Mr. KANYE WEST (Recording Artist): I been here two years in a row. If I don't win it's gonna be a problem. We don't want no problems, do we?

(Soundbite of applause and cheers)

(Soundbite of drums)

(Soundbite of "I Got a Woman")

DEL BARCO: Foxx and West stormed the stage with dueling marching bands. This year the Grammy telecast was long on flashy performances and short on noteworthy acceptance speeches. Madonna kicked off the show, accompanied by the animated virtual band, Gorillaz. Paul McCartney performed for the first time at the Grammys and Bruce Springsteen offered the evening's only political commentary. He ended the rendition of his Grammy winning song, Devils and Dust with a message about the truth in Iraq.

(Soundbite of "Devils and Dust")

Mr. BRUCE SPRINGSTEEN: Bring 'em home.

(Soundbite of applause and cheers)

DEL BARCO: Also, almost alone on stage was Best New Artist winner, John Legend. He sat at the piano to perform the song 'Ordinary People' from his Grammy winning album, 'Get Lifted.'

(Soundbite of "Ordinary People")

DEL BARCO: In accepting one of the three awards, Legend said his song didn't sound like anything else on R&B radio.

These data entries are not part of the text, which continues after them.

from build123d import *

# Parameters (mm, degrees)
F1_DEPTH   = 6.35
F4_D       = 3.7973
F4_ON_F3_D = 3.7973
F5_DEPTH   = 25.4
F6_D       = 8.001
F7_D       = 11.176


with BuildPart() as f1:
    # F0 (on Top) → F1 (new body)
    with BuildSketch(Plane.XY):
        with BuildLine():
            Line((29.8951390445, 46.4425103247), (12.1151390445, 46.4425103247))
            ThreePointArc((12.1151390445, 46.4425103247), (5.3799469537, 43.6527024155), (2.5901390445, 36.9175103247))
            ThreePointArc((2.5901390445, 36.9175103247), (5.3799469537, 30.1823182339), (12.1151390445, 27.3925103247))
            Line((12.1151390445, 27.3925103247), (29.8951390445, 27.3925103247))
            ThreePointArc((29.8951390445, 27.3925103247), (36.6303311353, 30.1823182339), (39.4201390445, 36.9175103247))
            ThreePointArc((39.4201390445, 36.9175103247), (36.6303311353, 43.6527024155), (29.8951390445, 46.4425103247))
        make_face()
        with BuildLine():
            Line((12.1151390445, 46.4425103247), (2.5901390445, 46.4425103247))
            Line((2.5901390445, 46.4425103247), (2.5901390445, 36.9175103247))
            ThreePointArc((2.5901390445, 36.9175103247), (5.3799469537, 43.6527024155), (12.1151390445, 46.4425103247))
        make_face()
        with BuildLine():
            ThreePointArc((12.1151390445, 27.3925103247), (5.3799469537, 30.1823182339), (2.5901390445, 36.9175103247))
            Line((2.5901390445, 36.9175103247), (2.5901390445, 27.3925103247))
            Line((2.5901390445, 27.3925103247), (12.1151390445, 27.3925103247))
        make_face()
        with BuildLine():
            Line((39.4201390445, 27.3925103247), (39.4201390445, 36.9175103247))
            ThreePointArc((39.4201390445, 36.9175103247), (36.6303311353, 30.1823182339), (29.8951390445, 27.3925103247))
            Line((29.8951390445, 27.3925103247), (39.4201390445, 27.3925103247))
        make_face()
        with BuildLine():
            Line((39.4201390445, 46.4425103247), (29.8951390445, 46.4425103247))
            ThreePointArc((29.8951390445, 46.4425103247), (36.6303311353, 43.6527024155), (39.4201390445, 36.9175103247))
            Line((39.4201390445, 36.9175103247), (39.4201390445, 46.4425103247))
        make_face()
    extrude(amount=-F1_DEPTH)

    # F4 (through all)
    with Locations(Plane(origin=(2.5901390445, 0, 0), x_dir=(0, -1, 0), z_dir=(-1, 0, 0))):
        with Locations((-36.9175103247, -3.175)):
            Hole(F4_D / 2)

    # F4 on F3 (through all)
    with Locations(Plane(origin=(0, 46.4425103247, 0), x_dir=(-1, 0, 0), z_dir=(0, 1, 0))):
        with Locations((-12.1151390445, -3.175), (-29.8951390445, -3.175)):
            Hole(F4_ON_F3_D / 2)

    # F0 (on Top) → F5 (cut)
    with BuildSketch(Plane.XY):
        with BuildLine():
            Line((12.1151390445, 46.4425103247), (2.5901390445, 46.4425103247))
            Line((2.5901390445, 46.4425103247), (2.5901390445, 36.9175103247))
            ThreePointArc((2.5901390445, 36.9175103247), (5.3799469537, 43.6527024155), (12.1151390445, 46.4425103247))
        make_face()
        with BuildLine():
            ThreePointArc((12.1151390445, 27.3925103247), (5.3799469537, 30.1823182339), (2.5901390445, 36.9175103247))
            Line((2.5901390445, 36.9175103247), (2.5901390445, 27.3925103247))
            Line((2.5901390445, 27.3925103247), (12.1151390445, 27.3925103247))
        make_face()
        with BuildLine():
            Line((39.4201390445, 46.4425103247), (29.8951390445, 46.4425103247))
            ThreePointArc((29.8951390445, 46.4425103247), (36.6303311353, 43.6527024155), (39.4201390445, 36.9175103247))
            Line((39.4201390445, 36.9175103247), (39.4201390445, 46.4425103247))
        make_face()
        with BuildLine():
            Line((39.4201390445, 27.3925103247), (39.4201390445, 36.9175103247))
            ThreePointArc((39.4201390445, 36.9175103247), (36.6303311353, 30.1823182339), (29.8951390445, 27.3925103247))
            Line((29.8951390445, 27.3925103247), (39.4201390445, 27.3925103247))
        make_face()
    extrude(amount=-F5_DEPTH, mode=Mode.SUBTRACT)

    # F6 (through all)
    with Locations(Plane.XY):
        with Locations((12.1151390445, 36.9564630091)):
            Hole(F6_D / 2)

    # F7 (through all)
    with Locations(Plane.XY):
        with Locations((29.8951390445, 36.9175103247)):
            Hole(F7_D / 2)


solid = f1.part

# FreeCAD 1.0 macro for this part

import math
import FreeCAD as App
import Part
import Sketcher
from FreeCAD import Vector
Q = App.Units.Quantity


def add_polygon(sketch, points):
    """Adds a closed chain of lines whose ends are joined by coincident constraints."""
    first, n = sketch.GeometryCount, len(points)
    for a, b in zip(points, points[1:] + points[:1]):
        sketch.addGeometry(Part.LineSegment(App.Vector(*a, 0), App.Vector(*b, 0)), False)
    for i in range(n):
        sketch.addConstraint(Sketcher.Constraint("Coincident", first + i, 2, first + (i + 1) % n, 1))

doc = App.newDocument("Part")
body = doc.addObject("PartDesign::Body", "Body")

# Sketch on XY plane
sketch1 = body.newObject("Sketcher::SketchObject", "Sketch")
sketch1.AttachmentSupport = (doc.getObject("XY_Plane"), [""])
sketch1.MapMode = "FlatFace"
add_polygon(sketch1, [(3, 46), (3, 27), (39, 27), (39, 46)])  # lines 0-3
sketch1.addConstraint(Sketcher.Constraint("Vertical", 0))
sketch1.addConstraint(Sketcher.Constraint("Horizontal", 1))
sketch1.addConstraint(Sketcher.Constraint("Vertical", 2))
sketch1.addConstraint(Sketcher.Constraint("Horizontal", 3))
sketch1.addConstraint(Sketcher.Constraint("DistanceX", 1, 1, 1, 2, Q("1.45 in")))
sketch1.addConstraint(Sketcher.Constraint("DistanceY", 0, 2, 0, 1, Q("0.75 in")))
sketch1.addConstraint(Sketcher.Constraint("DistanceX", -1, 1, 0, 2, Q("2.590139 mm")))
sketch1.addConstraint(Sketcher.Constraint("DistanceY", -1, 1, 0, 2, Q("27.39251 mm")))
pad1 = body.newObject("PartDesign::Pad", "Pad")
pad1.Profile = sketch1
pad1.Length = Q("0.25 in")
pad1.Reversed = True

# Sketch on YZ plane
sketch2 = body.newObject("Sketcher::SketchObject", "Sketch001")
sketch2.AttachmentSupport = (doc.getObject("YZ_Plane"), [""])
sketch2.MapMode = "FlatFace"
sketch2.AttachmentOffset = App.Placement(Vector(0, 0, 2.590139), App.Rotation())
sketch2.addGeometry(Part.Circle(Vector(36.9, -3.2, 0), Vector(0, 0, 1), 1.9), False)
sketch2.addConstraint(Sketcher.Constraint("Diameter", 0, Q("0.1495 in")))
sketch2.addConstraint(Sketcher.Constraint("DistanceY", 0, 3, -1, 1, Q("0.125 in")))
sketch2.addConstraint(Sketcher.Constraint("DistanceX", -1, 1, 0, 3, Q("36.91751 mm")))
doc.recompute()
hole = body.newObject("PartDesign::Hole", "Hole")
hole.Profile = sketch2
hole.ThreadType = "None"
hole.Diameter = Q("0.1495 in")
hole.DepthType = "ThroughAll"
hole.Reversed = True

# Sketch on XZ plane
sketch3 = body.newObject("Sketcher::SketchObject", "Sketch002")
sketch3.AttachmentSupport = (doc.getObject("XZ_Plane"), [""])
sketch3.MapMode = "FlatFace"
sketch3.AttachmentOffset = App.Placement(Vector(0, 0, -46.44251), App.Rotation())
sketch3.addGeometry(Part.Circle(Vector(12.1, -3.2, 0), Vector(0, 0, 1), 1.9), False)
sketch3.addGeometry(Part.Circle(Vector(29.9, -3.2, 0), Vector(0, 0, 1), 1.9), False)
sketch3.addConstraint(Sketcher.Constraint("Equal", 0, 1))
sketch3.addConstraint(Sketcher.Constraint("Horizontal", 0, 3, 1, 3))
sketch3.addConstraint(Sketcher.Constraint("Diameter", 0, Q("0.1495 in")))
sketch3.addConstraint(Sketcher.Constraint("DistanceX", 0, 3, 1, 3, Q("0.7 in")))
sketch3.addConstraint(Sketcher.Constraint("DistanceY", 0, 3, -1, 1, Q("0.125 in")))
sketch3.addConstraint(Sketcher.Constraint("DistanceX", -1, 1, 0, 3, Q("12.115139 mm")))
doc.recompute()
hole2 = body.newObject("PartDesign::Hole", "Hole001")
hole2.Profile = sketch3
hole2.ThreadType = "None"
hole2.Diameter = Q("0.1495 in")
hole2.DepthType = "ThroughAll"
hole2.Reversed = True

# Sketch on XY plane
sketch4 = body.newObject("Sketcher::SketchObject", "Sketch003")
sketch4.AttachmentSupport = (doc.getObject("XY_Plane"), [""])
sketch4.MapMode = "FlatFace"
sketch4.addGeometry(Part.LineSegment(Vector(12, 46, 0), Vector(3, 46, 0)), False)
sketch4.addGeometry(Part.LineSegment(Vector(3, 46, 0), Vector(3, 37, 0)), False)
sketch4.addGeometry(Part.ArcOfCircle(Part.Circle(Vector(12, 37, 0), Vector(0, 0, 1), 10), math.radians(90), math.radians(180)), False)
sketch4.addGeometry(Part.ArcOfCircle(Part.Circle(Vector(12, 37, 0), Vector(0, 0, 1), 10), math.radians(180), math.radians(270)), False)
sketch4.addGeometry(Part.LineSegment(Vector(3, 37, 0), Vector(3, 27, 0)), False)
sketch4.addGeometry(Part.LineSegment(Vector(3, 27, 0), Vector(12, 27, 0)), False)
sketch4.addGeometry(Part.LineSegment(Vector(39, 46, 0), Vector(30, 46, 0)), False)
sketch4.addGeometry(Part.ArcOfCircle(Part.Circle(Vector(30, 37, 0), Vector(0, 0, 1), 10), math.radians(0), math.radians(90)), False)
sketch4.addGeometry(Part.LineSegment(Vector(39, 37, 0), Vector(39, 46, 0)), False)
sketch4.addGeometry(Part.LineSegment(Vector(39, 27, 0), Vector(39, 37, 0)), False)
sketch4.addGeometry(Part.ArcOfCircle(Part.Circle(Vector(30, 37, 0), Vector(0, 0, 1), 10), math.radians(-90), math.radians(0)), False)
sketch4.addGeometry(Part.LineSegment(Vector(30, 27, 0), Vector(39, 27, 0)), False)
sketch4.addConstraint(Sketcher.Constraint("Coincident", 0, 2, 1, 1))
sketch4.addConstraint(Sketcher.Constraint("Tangent", 1, 2, 2, 2))
sketch4.addConstraint(Sketcher.Constraint("Tangent", 2, 1, 0, 1))
sketch4.addConstraint(Sketcher.Constraint("Tangent", 3, 1, 4, 1))
sketch4.addConstraint(Sketcher.Constraint("Coincident", 4, 2, 5, 1))
sketch4.addConstraint(Sketcher.Constraint("Tangent", 5, 2, 3, 2))
sketch4.addConstraint(Sketcher.Constraint("Tangent", 6, 2, 7, 2))
sketch4.addConstraint(Sketcher.Constraint("Tangent", 7, 1, 8, 1))
sketch4.addConstraint(Sketcher.Constraint("Coincident", 8, 2, 6, 1))
sketch4.addConstraint(Sketcher.Constraint("Tangent", 9, 2, 10, 2))
sketch4.addConstraint(Sketcher.Constraint("Tangent", 10, 1, 11, 1))
sketch4.addConstraint(Sketcher.Constraint("Coincident", 11, 2, 9, 1))
sketch4.addConstraint(Sketcher.Constraint("Horizontal", 0))
sketch4.addConstraint(Sketcher.Constraint("Vertical", 1))
sketch4.addConstraint(Sketcher.Constraint("Vertical", 4))
sketch4.addConstraint(Sketcher.Constraint("Horizontal", 5))
sketch4.addConstraint(Sketcher.Constraint("Horizontal", 6))
sketch4.addConstraint(Sketcher.Constraint("Vertical", 8))
sketch4.addConstraint(Sketcher.Constraint("Vertical", 9))
sketch4.addConstraint(Sketcher.Constraint("Horizontal", 11))
sketch4.addConstraint(Sketcher.Constraint("Coincident", 3, 3, 2, 3))
sketch4.addConstraint(Sketcher.Constraint("Coincident", 10, 3, 7, 3))
sketch4.addConstraint(Sketcher.Constraint("Equal", 2, 3))
sketch4.addConstraint(Sketcher.Constraint("Equal", 3, 7))
sketch4.addConstraint(Sketcher.Constraint("Equal", 7, 10))
sketch4.addConstraint(Sketcher.Constraint("Horizontal", 3, 3, 7, 3))
sketch4.addConstraint(Sketcher.Constraint("Radius", 2, Q("0.375 in")))
sketch4.addConstraint(Sketcher.Constraint("DistanceX", 2, 3, 7, 3, Q("0.7 in")))
sketch4.addConstraint(Sketcher.Constraint("DistanceX", -1, 1, 2, 3, Q("12.115139 mm")))
sketch4.addConstraint(Sketcher.Constraint("DistanceY", -1, 1, 2, 3, Q("36.91751 mm")))
pocket1 = body.newObject("PartDesign::Pocket", "Pocket")
pocket1.Profile = sketch4
pocket1.Length = Q("1 in")

# Sketch on XY plane
sketch5 = body.newObject("Sketcher::SketchObject", "Sketch004")
sketch5.AttachmentSupport = (doc.getObject("XY_Plane"), [""])
sketch5.MapMode = "FlatFace"
sketch5.addGeometry(Part.Circle(Vector(12.1, 37, 0), Vector(0, 0, 1), 4), False)
sketch5.addConstraint(Sketcher.Constraint("Diameter", 0, Q("0.315 in")))
sketch5.addConstraint(Sketcher.Constraint("DistanceX", -1, 1, 0, 3, Q("12.115139 mm")))
sketch5.addConstraint(Sketcher.Constraint("DistanceY", -1, 1, 0, 3, Q("36.956463 mm")))
doc.recompute()
hole3 = body.newObject("PartDesign::Hole", "Hole002")
hole3.Profile = sketch5
hole3.ThreadType = "None"
hole3.Diameter = Q("0.315 in")
hole3.DepthType = "ThroughAll"

# Sketch on XY plane
sketch6 = body.newObject("Sketcher::SketchObject", "Sketch005")
sketch6.AttachmentSupport = (doc.getObject("XY_Plane"), [""])
sketch6.MapMode = "FlatFace"
sketch6.addGeometry(Part.Circle(Vector(30, 37, 0), Vector(0, 0, 1), 6), False)
sketch6.addConstraint(Sketcher.Constraint("Diameter", 0, Q("0.44 in")))
sketch6.addConstraint(Sketcher.Constraint("DistanceX", -1, 1, 0, 3, Q("29.895139 mm")))
sketch6.addConstraint(Sketcher.Constraint("DistanceY", -1, 1, 0, 3, Q("36.91751 mm")))
doc.recompute()
hole4 = body.newObject("PartDesign::Hole", "Hole003")
hole4.Profile = sketch6
hole4.ThreadType = "None"
hole4.Diameter = Q("0.44 in")
hole4.DepthType = "ThroughAll"

doc.recompute()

Mr. JOHN LEGEND (Recording Artist): This is only song I wrote after I got signed to Sony, so we had the whole album done and I just happened to go in the studio with Wil to write for the Black Eyed Peas and we just came up with this song, you know, and I thought I was gonna write a hook for them, but I was like, well, you gotta let me keep this one (laughs). So, I kept it and I'm glad I kept it (laughs).

(Soundbite of applause)

DEL BARCO: The evening's most dramatic moment belonged to Sly Stone who hadn't performed before a live audience since 1987, but last night the reclusive 61-year-old funk pioneer stole the show, making a surprise appearance with the reunited Family Stone. During the finale, to an all-star musical tribute to some of his hits, he walked onstage wearing a shimmering silver jacket, wrap-around shades and a tall, blonde Mohawk and he sat behind a keyboard.

(Soundbite of music)

DEL BARCO: Music is the price you pay, he sang, but Stone had obviously paid a higher price for years of reported cocaine abuse. He seemed hunched over and sauntered off stage before the song ended. Backstage, guitarist Freddie Stone said his brother had changed.

Mr. FREDDIE STONE STEWART (Guitarist, Sly and the Family Stone): He's a thinker and he's different and he is very much concerned about what's going on on the planet right now.

DEL BARCO: And Freddie Stone also said his brother is still writing music.

Mr. STEWART: We correspond and he plays stuff over the phone for me. Freddie, man, Freddie, listen to this. You gotta hear this, man(laughs), you know, and he's jazzed.

DEL BARCO: The other band members say this might not be the last audiences see or hear from Sly, and that just might make for an interesting Grammy show next year.

Mandalit del Barco, NPR News, Los Angeles.